◆ RECORDED DATA:

• • • •

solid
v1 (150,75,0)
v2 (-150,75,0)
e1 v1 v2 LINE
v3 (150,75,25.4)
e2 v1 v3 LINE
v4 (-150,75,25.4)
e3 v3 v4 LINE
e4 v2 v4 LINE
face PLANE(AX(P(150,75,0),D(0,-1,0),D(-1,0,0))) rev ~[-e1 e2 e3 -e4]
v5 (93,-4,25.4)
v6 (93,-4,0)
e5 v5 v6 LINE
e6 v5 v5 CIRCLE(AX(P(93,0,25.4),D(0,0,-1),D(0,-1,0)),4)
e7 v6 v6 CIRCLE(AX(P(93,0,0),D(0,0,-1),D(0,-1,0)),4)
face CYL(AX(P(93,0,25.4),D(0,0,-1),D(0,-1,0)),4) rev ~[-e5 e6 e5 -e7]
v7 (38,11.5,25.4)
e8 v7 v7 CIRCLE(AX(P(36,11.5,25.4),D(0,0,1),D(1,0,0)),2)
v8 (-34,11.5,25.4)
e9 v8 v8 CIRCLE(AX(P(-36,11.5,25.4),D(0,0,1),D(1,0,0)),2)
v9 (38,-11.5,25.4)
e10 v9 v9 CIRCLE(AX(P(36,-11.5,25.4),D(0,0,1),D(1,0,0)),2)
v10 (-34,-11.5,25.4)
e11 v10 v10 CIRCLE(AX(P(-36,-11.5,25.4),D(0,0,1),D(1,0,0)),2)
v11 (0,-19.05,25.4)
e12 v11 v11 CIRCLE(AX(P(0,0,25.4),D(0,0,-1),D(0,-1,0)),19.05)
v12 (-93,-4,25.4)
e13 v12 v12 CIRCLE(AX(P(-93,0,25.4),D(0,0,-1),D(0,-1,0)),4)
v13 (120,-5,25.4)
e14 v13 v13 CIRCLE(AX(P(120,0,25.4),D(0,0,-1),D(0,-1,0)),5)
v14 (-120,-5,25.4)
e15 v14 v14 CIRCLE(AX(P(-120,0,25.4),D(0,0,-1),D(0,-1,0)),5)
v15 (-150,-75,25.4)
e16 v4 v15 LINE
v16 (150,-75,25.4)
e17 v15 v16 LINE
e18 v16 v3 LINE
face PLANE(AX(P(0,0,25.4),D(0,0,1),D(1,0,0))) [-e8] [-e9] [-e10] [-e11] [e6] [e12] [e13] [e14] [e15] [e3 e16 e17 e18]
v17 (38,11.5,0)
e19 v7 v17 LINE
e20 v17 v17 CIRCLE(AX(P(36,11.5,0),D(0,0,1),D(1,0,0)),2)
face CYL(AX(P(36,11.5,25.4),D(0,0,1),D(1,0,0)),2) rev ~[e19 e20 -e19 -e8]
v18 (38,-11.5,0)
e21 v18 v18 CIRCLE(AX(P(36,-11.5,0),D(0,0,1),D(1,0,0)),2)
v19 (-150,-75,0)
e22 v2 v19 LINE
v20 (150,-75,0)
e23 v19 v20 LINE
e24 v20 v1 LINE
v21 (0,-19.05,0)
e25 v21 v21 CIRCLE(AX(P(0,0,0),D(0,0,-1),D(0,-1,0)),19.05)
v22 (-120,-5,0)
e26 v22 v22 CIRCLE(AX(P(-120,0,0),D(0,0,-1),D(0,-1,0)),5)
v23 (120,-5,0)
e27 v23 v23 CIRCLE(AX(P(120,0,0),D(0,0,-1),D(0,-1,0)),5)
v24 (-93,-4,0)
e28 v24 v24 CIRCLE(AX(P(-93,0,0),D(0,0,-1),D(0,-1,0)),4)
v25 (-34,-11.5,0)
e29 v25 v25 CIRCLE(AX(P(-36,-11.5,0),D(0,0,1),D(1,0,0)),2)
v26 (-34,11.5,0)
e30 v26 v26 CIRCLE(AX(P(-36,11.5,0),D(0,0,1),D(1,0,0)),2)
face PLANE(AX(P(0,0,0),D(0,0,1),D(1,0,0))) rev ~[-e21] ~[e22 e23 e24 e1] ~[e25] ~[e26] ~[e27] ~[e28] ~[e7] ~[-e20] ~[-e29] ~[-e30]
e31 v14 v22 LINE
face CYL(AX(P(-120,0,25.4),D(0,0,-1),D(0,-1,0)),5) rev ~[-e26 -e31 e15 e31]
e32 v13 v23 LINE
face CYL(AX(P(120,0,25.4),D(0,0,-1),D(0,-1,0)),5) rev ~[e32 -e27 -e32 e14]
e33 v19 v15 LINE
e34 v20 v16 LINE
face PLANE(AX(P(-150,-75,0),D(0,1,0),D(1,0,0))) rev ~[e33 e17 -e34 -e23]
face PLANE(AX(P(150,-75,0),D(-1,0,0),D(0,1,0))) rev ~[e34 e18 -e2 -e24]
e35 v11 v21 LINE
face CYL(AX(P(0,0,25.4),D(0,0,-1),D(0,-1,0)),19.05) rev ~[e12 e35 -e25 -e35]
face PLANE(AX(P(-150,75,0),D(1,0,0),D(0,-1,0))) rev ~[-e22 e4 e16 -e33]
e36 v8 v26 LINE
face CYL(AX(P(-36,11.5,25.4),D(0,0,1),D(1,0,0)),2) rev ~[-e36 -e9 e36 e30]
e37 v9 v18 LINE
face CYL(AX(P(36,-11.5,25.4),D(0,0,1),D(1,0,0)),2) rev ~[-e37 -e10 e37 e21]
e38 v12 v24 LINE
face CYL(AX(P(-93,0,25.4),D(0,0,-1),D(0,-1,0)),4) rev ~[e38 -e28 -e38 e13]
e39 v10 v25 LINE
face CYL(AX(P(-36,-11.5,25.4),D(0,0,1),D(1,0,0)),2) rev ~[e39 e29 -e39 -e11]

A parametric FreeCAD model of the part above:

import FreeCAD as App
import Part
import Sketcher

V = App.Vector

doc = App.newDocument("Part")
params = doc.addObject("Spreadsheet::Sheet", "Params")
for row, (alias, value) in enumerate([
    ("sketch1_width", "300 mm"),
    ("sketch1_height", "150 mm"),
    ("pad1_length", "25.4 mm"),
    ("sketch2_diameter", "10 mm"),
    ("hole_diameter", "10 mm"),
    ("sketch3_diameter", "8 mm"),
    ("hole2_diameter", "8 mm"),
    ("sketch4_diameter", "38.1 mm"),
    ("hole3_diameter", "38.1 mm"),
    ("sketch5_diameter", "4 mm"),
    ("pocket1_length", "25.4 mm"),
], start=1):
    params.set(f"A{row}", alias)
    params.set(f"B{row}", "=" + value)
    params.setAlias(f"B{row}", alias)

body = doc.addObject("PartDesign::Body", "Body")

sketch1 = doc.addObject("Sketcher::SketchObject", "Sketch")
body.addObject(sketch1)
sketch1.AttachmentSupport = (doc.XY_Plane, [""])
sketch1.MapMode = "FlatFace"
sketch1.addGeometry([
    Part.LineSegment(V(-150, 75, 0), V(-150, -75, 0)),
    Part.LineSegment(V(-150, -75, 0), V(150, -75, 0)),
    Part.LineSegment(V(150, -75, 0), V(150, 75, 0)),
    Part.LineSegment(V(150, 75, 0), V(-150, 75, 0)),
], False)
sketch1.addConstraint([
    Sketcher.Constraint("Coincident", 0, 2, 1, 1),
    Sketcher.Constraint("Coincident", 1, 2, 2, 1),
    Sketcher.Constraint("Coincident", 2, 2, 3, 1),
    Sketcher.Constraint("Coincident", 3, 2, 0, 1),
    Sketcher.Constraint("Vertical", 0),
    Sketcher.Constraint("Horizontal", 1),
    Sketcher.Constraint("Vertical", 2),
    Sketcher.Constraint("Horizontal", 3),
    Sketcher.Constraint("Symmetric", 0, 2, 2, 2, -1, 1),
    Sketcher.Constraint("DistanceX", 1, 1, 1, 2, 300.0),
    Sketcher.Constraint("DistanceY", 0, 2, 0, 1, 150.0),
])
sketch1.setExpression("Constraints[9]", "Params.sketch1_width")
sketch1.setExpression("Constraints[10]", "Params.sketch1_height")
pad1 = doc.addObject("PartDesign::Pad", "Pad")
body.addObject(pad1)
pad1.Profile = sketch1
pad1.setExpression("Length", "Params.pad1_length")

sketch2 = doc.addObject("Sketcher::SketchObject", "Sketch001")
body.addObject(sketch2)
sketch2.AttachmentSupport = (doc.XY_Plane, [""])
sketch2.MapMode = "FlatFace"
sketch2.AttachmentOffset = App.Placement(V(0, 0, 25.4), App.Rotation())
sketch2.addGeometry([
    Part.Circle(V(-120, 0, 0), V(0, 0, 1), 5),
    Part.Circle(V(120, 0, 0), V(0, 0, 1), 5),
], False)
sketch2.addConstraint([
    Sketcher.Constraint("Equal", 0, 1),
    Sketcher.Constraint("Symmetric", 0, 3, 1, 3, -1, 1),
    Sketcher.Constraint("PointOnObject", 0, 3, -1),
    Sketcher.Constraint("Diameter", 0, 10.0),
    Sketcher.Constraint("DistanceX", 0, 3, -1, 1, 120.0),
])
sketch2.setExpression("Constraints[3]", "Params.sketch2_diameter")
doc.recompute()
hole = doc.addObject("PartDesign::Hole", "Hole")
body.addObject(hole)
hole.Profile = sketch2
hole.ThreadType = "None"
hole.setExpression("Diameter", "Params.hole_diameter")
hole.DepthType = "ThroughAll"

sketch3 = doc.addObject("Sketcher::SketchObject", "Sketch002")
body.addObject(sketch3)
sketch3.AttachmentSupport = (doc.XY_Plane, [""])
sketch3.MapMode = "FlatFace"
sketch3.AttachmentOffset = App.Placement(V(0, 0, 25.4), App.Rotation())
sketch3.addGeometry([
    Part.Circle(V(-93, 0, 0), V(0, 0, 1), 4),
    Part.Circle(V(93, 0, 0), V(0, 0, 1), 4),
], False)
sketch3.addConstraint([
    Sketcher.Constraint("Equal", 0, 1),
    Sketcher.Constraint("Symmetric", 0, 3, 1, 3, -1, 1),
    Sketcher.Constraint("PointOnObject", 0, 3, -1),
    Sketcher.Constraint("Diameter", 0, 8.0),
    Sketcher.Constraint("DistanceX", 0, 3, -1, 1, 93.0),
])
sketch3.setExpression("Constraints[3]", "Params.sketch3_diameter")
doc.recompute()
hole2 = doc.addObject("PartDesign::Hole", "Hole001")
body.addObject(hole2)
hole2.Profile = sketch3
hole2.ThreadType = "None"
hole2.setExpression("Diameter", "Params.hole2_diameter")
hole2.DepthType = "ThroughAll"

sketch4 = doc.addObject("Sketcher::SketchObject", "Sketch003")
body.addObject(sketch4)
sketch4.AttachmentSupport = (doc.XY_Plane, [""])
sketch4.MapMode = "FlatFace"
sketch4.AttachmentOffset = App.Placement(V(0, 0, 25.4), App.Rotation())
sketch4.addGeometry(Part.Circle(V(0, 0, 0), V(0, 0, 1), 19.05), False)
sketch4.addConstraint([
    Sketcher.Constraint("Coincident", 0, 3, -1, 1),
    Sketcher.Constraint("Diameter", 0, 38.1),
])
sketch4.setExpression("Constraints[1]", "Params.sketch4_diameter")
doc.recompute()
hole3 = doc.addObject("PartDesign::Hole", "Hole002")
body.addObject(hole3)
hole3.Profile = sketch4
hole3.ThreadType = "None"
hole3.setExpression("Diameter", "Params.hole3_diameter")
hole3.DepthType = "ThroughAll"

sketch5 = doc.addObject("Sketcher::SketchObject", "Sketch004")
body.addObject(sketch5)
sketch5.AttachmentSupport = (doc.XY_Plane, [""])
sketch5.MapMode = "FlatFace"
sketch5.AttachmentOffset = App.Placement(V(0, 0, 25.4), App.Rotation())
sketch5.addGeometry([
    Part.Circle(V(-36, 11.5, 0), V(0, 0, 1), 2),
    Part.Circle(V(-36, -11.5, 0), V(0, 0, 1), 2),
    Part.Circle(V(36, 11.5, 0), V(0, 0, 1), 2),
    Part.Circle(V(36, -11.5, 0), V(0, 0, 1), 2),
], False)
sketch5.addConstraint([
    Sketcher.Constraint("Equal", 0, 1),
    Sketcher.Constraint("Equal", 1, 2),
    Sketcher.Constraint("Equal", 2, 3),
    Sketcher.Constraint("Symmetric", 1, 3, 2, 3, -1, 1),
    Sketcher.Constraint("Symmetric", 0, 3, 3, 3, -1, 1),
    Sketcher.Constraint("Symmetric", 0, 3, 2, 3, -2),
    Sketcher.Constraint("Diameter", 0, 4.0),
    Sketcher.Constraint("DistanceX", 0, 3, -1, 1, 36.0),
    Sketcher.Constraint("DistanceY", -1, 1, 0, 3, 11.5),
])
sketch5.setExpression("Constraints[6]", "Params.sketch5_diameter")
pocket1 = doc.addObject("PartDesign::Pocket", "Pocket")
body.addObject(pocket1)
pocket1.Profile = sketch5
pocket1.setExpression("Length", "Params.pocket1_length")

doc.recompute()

• • • •

◆ EXERCISE DETAILS: Above are the records; copy exactly the lines from the line with "v6 (93,-4,0)" through the line with "v10 (-34,-11.5,25.4)", both included.

◆ ANSWER AREA:
v6 (93,-4,0)
e5 v5 v6 LINE
e6 v5 v5 CIRCLE(AX(P(93,0,25.4),D(0,0,-1),D(0,-1,0)),4)
e7 v6 v6 CIRCLE(AX(P(93,0,0),D(0,0,-1),D(0,-1,0)),4)
face CYL(AX(P(93,0,25.4),D(0,0,-1),D(0,-1,0)),4) rev ~[-e5 e6 e5 -e7]
v7 (38,11.5,25.4)
e8 v7 v7 CIRCLE(AX(P(36,11.5,25.4),D(0,0,1),D(1,0,0)),2)
v8 (-34,11.5,25.4)
e9 v8 v8 CIRCLE(AX(P(-36,11.5,25.4),D(0,0,1),D(1,0,0)),2)
v9 (38,-11.5,25.4)
e10 v9 v9 CIRCLE(AX(P(36,-11.5,25.4),D(0,0,1),D(1,0,0)),2)
v10 (-34,-11.5,25.4)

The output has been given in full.